Advertising can be a profitable business and in the United States alone, advertising is a $200 billion industry. As consumers, we are all exposed to advertising on a daily base, either on the TV, via e-mail, social networks, or through other related online content. Yet advertising remains poorly understood by economists. This is mainly because offline data has been insufficient for business and academics to measure the true impact of advertising on consumer purchasing behavior (Lewis et al., 2014). In 2013, for the first time in the history of advertising in the United States, digital advertising surpassed TV broadcast advertising, which for a long period of time has been considered the best mass-marketing medium (IAB, 2014).
Because now a day people are more and more online and get more often exposed to online digital advertising, a lot of valuable data is generated which allows businesses and academics to reduce the information gap that is present in the advertising world.
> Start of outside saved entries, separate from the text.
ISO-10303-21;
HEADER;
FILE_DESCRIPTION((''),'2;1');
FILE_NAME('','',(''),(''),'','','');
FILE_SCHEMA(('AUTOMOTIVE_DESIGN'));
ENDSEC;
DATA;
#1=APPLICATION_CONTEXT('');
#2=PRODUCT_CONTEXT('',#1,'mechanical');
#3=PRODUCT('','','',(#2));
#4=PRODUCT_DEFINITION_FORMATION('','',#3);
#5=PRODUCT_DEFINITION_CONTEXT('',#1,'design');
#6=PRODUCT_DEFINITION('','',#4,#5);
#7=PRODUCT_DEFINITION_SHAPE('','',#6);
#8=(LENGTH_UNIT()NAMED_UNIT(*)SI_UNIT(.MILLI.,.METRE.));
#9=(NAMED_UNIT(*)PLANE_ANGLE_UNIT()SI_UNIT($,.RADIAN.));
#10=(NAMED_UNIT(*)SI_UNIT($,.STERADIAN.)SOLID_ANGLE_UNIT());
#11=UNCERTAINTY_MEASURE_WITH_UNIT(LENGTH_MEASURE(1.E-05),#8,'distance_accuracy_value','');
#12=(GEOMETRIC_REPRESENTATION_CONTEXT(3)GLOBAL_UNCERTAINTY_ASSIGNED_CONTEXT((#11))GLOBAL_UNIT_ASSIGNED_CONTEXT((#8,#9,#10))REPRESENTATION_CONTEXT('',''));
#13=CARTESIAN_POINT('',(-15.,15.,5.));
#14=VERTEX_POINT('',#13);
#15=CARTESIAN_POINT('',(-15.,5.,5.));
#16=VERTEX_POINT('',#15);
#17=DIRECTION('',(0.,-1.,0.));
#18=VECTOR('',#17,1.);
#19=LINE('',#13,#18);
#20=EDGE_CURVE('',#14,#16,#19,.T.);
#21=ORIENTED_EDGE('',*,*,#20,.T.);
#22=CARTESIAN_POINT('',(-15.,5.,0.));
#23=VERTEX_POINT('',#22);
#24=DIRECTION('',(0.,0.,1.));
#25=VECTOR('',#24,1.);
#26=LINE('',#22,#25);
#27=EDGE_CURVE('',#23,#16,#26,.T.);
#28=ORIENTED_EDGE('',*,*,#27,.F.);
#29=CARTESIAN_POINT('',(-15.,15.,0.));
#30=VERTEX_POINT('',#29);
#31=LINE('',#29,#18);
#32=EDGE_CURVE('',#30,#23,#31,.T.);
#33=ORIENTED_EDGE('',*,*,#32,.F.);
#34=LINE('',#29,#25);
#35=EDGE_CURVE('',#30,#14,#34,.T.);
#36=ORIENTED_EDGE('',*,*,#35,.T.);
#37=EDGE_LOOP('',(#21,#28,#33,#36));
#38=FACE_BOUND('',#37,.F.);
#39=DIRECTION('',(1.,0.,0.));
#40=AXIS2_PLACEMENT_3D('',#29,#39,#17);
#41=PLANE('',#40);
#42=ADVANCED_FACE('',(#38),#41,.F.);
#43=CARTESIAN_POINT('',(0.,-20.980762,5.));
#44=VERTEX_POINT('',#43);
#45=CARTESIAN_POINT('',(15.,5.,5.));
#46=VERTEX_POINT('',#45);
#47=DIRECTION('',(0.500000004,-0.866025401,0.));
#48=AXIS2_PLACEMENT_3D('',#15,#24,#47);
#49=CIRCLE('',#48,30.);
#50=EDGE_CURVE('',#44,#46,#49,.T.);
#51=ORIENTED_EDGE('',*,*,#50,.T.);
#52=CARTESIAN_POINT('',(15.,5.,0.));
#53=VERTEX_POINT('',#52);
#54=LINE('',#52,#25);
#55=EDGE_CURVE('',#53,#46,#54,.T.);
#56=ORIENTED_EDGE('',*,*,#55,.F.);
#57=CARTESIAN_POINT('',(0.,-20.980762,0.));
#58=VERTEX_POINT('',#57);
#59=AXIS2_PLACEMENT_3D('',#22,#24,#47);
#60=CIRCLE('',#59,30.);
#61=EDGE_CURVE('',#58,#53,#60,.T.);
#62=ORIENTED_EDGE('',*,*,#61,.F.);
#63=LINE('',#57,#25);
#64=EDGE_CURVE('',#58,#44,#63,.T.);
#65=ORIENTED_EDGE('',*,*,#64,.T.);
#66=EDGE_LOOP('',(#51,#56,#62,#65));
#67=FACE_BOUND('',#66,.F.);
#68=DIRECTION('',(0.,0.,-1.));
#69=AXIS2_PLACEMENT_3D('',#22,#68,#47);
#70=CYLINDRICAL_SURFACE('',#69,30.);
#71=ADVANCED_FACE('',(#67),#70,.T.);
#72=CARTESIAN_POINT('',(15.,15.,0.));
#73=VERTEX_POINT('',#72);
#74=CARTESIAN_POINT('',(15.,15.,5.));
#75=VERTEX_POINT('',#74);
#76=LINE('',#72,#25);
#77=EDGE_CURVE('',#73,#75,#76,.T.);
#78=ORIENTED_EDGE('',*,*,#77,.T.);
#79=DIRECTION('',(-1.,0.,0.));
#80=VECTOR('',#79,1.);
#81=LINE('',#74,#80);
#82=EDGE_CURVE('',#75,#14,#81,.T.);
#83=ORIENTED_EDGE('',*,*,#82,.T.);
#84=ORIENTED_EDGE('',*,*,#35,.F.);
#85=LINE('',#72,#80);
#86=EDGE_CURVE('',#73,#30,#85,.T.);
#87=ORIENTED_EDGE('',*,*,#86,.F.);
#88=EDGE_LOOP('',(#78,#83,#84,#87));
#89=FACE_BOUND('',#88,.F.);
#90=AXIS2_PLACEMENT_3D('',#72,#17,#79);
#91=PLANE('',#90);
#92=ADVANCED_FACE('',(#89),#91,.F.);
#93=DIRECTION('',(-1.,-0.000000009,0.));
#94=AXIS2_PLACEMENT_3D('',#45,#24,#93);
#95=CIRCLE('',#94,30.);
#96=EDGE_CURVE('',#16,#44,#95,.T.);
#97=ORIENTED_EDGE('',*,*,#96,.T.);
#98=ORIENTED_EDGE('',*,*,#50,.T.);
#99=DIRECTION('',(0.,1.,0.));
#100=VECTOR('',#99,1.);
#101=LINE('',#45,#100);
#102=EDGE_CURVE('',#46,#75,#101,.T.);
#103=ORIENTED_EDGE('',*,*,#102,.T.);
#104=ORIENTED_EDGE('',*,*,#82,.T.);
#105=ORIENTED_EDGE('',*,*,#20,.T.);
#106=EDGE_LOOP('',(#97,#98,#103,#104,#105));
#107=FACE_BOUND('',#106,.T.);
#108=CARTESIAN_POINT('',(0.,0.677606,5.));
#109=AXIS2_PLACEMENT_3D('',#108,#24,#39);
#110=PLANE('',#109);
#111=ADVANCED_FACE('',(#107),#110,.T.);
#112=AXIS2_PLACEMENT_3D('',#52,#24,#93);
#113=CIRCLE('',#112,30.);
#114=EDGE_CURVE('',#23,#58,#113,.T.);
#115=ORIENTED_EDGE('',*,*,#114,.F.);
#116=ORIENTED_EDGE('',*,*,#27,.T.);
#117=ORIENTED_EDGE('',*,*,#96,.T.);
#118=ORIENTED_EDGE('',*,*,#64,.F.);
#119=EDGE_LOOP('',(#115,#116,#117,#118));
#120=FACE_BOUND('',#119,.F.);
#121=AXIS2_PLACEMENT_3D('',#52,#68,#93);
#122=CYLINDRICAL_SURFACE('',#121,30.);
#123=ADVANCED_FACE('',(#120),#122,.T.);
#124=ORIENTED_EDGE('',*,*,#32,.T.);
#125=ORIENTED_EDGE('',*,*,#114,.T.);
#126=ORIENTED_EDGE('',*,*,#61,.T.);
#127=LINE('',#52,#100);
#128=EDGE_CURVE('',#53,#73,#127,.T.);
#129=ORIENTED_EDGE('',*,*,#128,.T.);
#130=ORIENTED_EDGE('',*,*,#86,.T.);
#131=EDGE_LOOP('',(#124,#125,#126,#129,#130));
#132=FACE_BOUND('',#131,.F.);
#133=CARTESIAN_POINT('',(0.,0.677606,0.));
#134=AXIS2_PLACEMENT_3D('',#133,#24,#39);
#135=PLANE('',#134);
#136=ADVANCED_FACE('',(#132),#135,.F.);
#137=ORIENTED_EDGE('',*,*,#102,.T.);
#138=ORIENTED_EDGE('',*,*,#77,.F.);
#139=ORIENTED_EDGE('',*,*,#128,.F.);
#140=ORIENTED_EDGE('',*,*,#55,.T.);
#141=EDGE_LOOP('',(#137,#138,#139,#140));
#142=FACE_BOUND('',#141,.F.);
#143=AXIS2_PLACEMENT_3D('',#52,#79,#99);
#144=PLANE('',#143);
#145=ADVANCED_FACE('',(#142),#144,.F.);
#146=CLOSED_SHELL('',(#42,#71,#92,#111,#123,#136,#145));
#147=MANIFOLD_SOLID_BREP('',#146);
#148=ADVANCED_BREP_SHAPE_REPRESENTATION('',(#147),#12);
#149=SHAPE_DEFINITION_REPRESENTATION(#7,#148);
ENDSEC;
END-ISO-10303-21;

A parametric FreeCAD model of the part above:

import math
import FreeCAD as App
import Part
import Sketcher
from FreeCAD import Vector
Q = App.Units.Quantity

doc = App.newDocument("Part")
body = doc.addObject("PartDesign::Body", "Body")

# Sketch on XY plane
sketch1 = body.newObject("Sketcher::SketchObject", "Sketch")
sketch1.AttachmentSupport = (doc.getObject("XY_Plane"), [""])
sketch1.MapMode = "FlatFace"
sketch1.addGeometry([
    Part.LineSegment(Vector(15, 15, 0), Vector(-15, 15, 0)),  # 0
    Part.LineSegment(Vector(-15, 15, 0), Vector(-15, 5, 0)),  # 1
    Part.ArcOfCircle(Part.Circle(Vector(15, 5, 0), Vector(0, 0, 1), 30), math.radians(-179.999999), math.radians(-120)),  # 2
    Part.ArcOfCircle(Part.Circle(Vector(-15, 5, 0), Vector(0, 0, 1), 30), math.radians(-60), math.radians(-0.000001)),  # 3
    Part.LineSegment(Vector(15, 5, 0), Vector(15, 15, 0)),  # 4
], False)
sketch1.addConstraint([
    Sketcher.Constraint("Coincident", 0, 2, 1, 1),
    Sketcher.Constraint("Tangent", 1, 2, 2, 1),
    Sketcher.Constraint("Coincident", 2, 2, 3, 1),
    Sketcher.Constraint("Tangent", 3, 2, 4, 1),
    Sketcher.Constraint("Coincident", 4, 2, 0, 1),
    Sketcher.Constraint("Horizontal", 0),
    Sketcher.Constraint("Vertical", 1),
    Sketcher.Constraint("Vertical", 4),
    Sketcher.Constraint("Coincident", 1, 2, 3, 3),
    Sketcher.Constraint("Equal", 2, 3),
    Sketcher.Constraint("PointOnObject", 2, 2, -2),
    Sketcher.Constraint("Radius", 2, Q("30 mm")),
    Sketcher.Constraint("DistanceY", 1, 2, 1, 1, Q("10 mm")),
    Sketcher.Constraint("DistanceY", -1, 1, 2, 3, Q("5 mm")),
])
pad1 = body.newObject("PartDesign::Pad", "Pad")
pad1.Profile = sketch1
pad1.Length = 5

doc.recompute()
In this study, Ghose & Todri-Adamopuolos (2016) go beyond the existing literature and with the use of individual-level data, research the effectiveness of online display advertising and the effects display advertising has on different consumer behaviors online. Studying the latter is a novelty compared to historical research of display advertising. In this case to understand consumers’ response to advertising, not just a probable exposure to it, often simple proxies were used like click-through-rates. Ghose & Todri-Adamopuolos (2016) surpass these relative simple methods and proxies and use an experimental framework that allows to compare the online behavior of two groups of users: those who view the display advertisements and those who do not view the display advertisements. What the data shows is that if consumers are just exposed to display advertisement this already significantly increases the interest of consumers to search for the displayed brand or product. Subsequently, the increased interest results in either active online searching for the product/brand or an increased likelihood to click on a related future display advertisement. Secondly, the longer a consumer looks at the advertisement the higher the probability a consumer goes directly to the website of the specific brand or product (36% bigger chance than average) instead of using search engines like google. Lastly, after seeing a display advertisement consumers are 7,1% more likely to buy the advertised product.
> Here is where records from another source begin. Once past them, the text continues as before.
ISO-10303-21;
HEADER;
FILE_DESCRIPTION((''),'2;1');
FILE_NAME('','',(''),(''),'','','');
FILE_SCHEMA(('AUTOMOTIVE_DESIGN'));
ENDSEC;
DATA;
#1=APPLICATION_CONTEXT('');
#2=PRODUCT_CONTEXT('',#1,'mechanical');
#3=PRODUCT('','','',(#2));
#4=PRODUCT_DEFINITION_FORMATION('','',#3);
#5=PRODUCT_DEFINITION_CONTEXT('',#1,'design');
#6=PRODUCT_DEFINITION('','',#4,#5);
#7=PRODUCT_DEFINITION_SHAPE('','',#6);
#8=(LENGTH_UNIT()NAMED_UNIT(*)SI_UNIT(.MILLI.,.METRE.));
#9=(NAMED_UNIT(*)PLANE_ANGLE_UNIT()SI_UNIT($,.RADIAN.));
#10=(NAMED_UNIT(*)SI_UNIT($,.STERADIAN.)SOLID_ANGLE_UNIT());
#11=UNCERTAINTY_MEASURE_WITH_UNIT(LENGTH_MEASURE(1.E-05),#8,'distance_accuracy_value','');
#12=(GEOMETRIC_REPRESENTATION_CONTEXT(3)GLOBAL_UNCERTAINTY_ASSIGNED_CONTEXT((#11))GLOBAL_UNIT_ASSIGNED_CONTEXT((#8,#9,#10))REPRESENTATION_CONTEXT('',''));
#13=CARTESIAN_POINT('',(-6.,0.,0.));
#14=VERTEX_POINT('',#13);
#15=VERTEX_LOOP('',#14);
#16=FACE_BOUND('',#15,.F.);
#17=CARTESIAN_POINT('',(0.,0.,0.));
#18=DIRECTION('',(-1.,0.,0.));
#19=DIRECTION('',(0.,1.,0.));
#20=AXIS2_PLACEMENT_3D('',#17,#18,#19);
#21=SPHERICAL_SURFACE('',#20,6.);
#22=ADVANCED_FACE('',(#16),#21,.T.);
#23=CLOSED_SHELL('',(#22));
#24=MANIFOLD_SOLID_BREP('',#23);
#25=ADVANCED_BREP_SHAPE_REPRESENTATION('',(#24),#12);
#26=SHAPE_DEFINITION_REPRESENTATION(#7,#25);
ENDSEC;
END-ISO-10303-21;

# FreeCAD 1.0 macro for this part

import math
import FreeCAD as App
import Part
import Sketcher
from FreeCAD import Vector
Q = App.Units.Quantity

doc = App.newDocument("Part")
body = doc.addObject("PartDesign::Body", "Body")

sketch1 = body.newObject("Sketcher::SketchObject", "Sketch")
sketch1.AttachmentSupport = (doc.getObject("XY_Plane"), [""])
sketch1.MapMode = "FlatFace"
sketch1.addGeometry(Part.LineSegment(Vector(-6, 0, 0), Vector(6, 0, 0)), False)
sketch1.addGeometry(Part.ArcOfCircle(Part.Circle(Vector(0, 0, 0), Vector(0, 0, 1), 6), math.radians(0), math.radians(180)), False)
sketch1.addConstraint(Sketcher.Constraint("Coincident", 0, 1, 1, 2))
sketch1.addConstraint(Sketcher.Constraint("Coincident", 1, 1, 0, 2))
sketch1.addConstraint(Sketcher.Constraint("Horizontal", 0))
sketch1.addConstraint(Sketcher.Constraint("Coincident", 1, 3, -1, 1))
sketch1.addConstraint(Sketcher.Constraint("PointOnObject", 0, 1, -1))
sketch1.addConstraint(Sketcher.Constraint("Radius", 1, Q("6 mm")))
revolution = body.newObject("PartDesign::Revolution", "Revolution")
revolution.Profile = sketch1
revolution.ReferenceAxis = (sketch1, ["H_Axis"])
revolution.Angle = 360

doc.recompute()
Practical implications for business
Ghose & Todri-Adamopuolos (2016) propose a model that demonstrates how advertisers can divide resources across the different types of display advertising. This model allows advertisers to use big data analytics in order to move advertising budget from less effective and cost efficient channels/media towards more effective advertising and increase the overall effectiveness and return on investment of the digital marketing strategy. Furthermore, as the results signal that search advertising exposure only happens in a consumer’s funnel path after the consumer launches a search session that shows his or her interest for a brand/product, it is important for advertisers who would like to control the presence and the frequency of search advertising exposures that they examine what triggers consumers to initiate a search session before examining anything else. Lastly, it is important that potential consumers are targeted by businesses sooner in their shopping journey, as this could increase the effectiveness of the advertisements up to four times.
References
Ghose, A., & Todri, V. (2015). Towards a Digital Attribution Model: Measuring the Impact of Display Advertising on Online Consumer Behavior. (pp. 889-910) MIS Quarterly
Interactive Advertising Bureau (IAB). 2014. “IAB Internet Advertising Revenue Report: 2013 Full Year Results,” PricewaterhouseCoopers LLP.
Lewis, R., Rao, J. M., & Reiley, D. H. (2014). Measuring the effects of advertising: The digital frontier. In Economic Analysis of the Digital Economy (pp. 191-218). University of Chicago Press.